WHAT NEEDS TO BE DONE :: For the listing that follows, give again exactly the lines from the one with "fillet(fillet4_edges, radius=FILLET4_R)" to the one with "# FreeCAD 1.0 macro for this part", including both.

MATERIAL SUPPLIED ::
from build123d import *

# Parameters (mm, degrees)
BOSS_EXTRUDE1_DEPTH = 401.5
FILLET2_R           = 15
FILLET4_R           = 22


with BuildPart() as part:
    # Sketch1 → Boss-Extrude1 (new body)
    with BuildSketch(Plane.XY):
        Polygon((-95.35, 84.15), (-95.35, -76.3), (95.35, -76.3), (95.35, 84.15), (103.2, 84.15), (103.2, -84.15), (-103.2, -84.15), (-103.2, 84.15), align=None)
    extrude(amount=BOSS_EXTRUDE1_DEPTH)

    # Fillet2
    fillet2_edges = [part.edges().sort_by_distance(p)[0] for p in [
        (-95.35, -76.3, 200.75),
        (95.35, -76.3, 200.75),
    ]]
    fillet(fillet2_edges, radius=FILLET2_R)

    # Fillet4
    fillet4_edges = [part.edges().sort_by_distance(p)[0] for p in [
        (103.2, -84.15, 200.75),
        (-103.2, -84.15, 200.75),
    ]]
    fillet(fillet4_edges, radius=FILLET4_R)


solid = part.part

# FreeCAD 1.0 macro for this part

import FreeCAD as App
import Part
import Sketcher
from FreeCAD import Vector
Q = App.Units.Quantity


def edges_at(feature, points):
    """Names of the edges that pass closest to the given points."""
    edges = feature.Shape.Edges
    near = lambda p: min(range(len(edges)), key=lambda i: edges[i].distToShape(Part.Vertex(*p))[0])
    return sorted({f"Edge{near(p) + 1}" for p in points})

doc = App.newDocument("Part")
params = doc.addObject("Spreadsheet::Sheet", "Params")
for row, (alias, value) in enumerate([
    ("sketch1_width", "206.4 mm"),
    ("sketch1_width2", "190.7 mm"),
    ("sketch1_height", "168.3 mm"),
    ("sketch1_height2", "160.45 mm"),
    ("pad1_length", "401.5 mm"),
    ("fillet_radius", "15 mm"),
    ("fillet2_radius", "22 mm"),
], start=1):
    params.set(f"A{row}", alias)
    params.set(f"B{row}", "=" + value)
    params.setAlias(f"B{row}", alias)

body = doc.addObject("PartDesign::Body", "Body")

sketch1 = body.newObject("Sketcher::SketchObject", "Sketch")
sketch1.AttachmentSupport = (doc.getObject("XY_Plane"), [""])
sketch1.MapMode = "FlatFace"
sketch1.addGeometry(Part.LineSegment(Vector(-95, -76, 0), Vector(-95, 84, 0)), False)
sketch1.addGeometry(Part.LineSegment(Vector(-95, 84, 0), Vector(-103, 84, 0)), False)
sketch1.addGeometry(Part.LineSegment(Vector(-103, 84, 0), Vector(-103, -84, 0)), False)
sketch1.addGeometry(Part.LineSegment(Vector(-103, -84, 0), Vector(103, -84, 0)), False)
sketch1.addGeometry(Part.LineSegment(Vector(103, -84, 0), Vector(103, 84, 0)), False)
sketch1.addGeometry(Part.LineSegment(Vector(103, 84, 0), Vector(95, 84, 0)), False)
sketch1.addGeometry(Part.LineSegment(Vector(95, 84, 0), Vector(95, -76, 0)), False)
sketch1.addGeometry(Part.LineSegment(Vector(95, -76, 0), Vector(-95, -76, 0)), False)
sketch1.addConstraint(Sketcher.Constraint("Coincident", 0, 2, 1, 1))
sketch1.addConstraint(Sketcher.Constraint("Coincident", 1, 2, 2, 1))
sketch1.addConstraint(Sketcher.Constraint("Coincident", 2, 2, 3, 1))
sketch1.addConstraint(Sketcher.Constraint("Coincident", 3, 2, 4, 1))
sketch1.addConstraint(Sketcher.Constraint("Coincident", 4, 2, 5, 1))
sketch1.addConstraint(Sketcher.Constraint("Coincident", 5, 2, 6, 1))
sketch1.addConstraint(Sketcher.Constraint("Coincident", 6, 2, 7, 1))
sketch1.addConstraint(Sketcher.Constraint("Coincident", 7, 2, 0, 1))
sketch1.addConstraint(Sketcher.Constraint("Vertical", 0))
sketch1.addConstraint(Sketcher.Constraint("Horizontal", 1))
sketch1.addConstraint(Sketcher.Constraint("Vertical", 2))
sketch1.addConstraint(Sketcher.Constraint("Horizontal", 3))
sketch1.addConstraint(Sketcher.Constraint("Vertical", 4))
sketch1.addConstraint(Sketcher.Constraint("Horizontal", 5))
sketch1.addConstraint(Sketcher.Constraint("Vertical", 6))
sketch1.addConstraint(Sketcher.Constraint("Horizontal", 7))
sketch1.addConstraint(Sketcher.Constraint("Symmetric", 1, 2, 3, 2, -1, 1))
sketch1.addConstraint(Sketcher.Constraint("Symmetric", 0, 2, 5, 2, -2))
sketch1.addConstraint(Sketcher.Constraint("DistanceX", 3, 1, 3, 2, Q("206.4 mm")))
sketch1.addConstraint(Sketcher.Constraint("DistanceX", 7, 2, 7, 1, Q("190.7 mm")))
sketch1.addConstraint(Sketcher.Constraint("DistanceY", 2, 2, 2, 1, Q("168.3 mm")))
sketch1.addConstraint(Sketcher.Constraint("DistanceY", 0, 1, 0, 2, Q("160.45 mm")))
sketch1.setExpression("Constraints[18]", "Params.sketch1_width")
sketch1.setExpression("Constraints[19]", "Params.sketch1_width2")
sketch1.setExpression("Constraints[20]", "Params.sketch1_height")
sketch1.setExpression("Constraints[21]", "Params.sketch1_height2")
pad1 = body.newObject("PartDesign::Pad", "Pad")
pad1.Profile = sketch1
pad1.setExpression("Length", "Params.pad1_length")
doc.recompute()

fillet = body.newObject("PartDesign::Fillet", "Fillet")
fillet.Base = (pad1, edges_at(pad1, [(-95.35, -76.3, 200.75), (95.35, -76.3, 200.75)]))
fillet.setExpression("Radius", "Params.fillet_radius")
doc.recompute()

fillet2 = body.newObject("PartDesign::Fillet", "Fillet001")
fillet2.Base = (fillet, edges_at(fillet, [(103.2, -84.15, 200.75), (-103.2, -84.15, 200.75)]))
fillet2.setExpression("Radius", "Params.fillet2_radius")

doc.recompute()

SOLUTION ::
    fillet(fillet4_edges, radius=FILLET4_R)


solid = part.part

# FreeCAD 1.0 macro for this part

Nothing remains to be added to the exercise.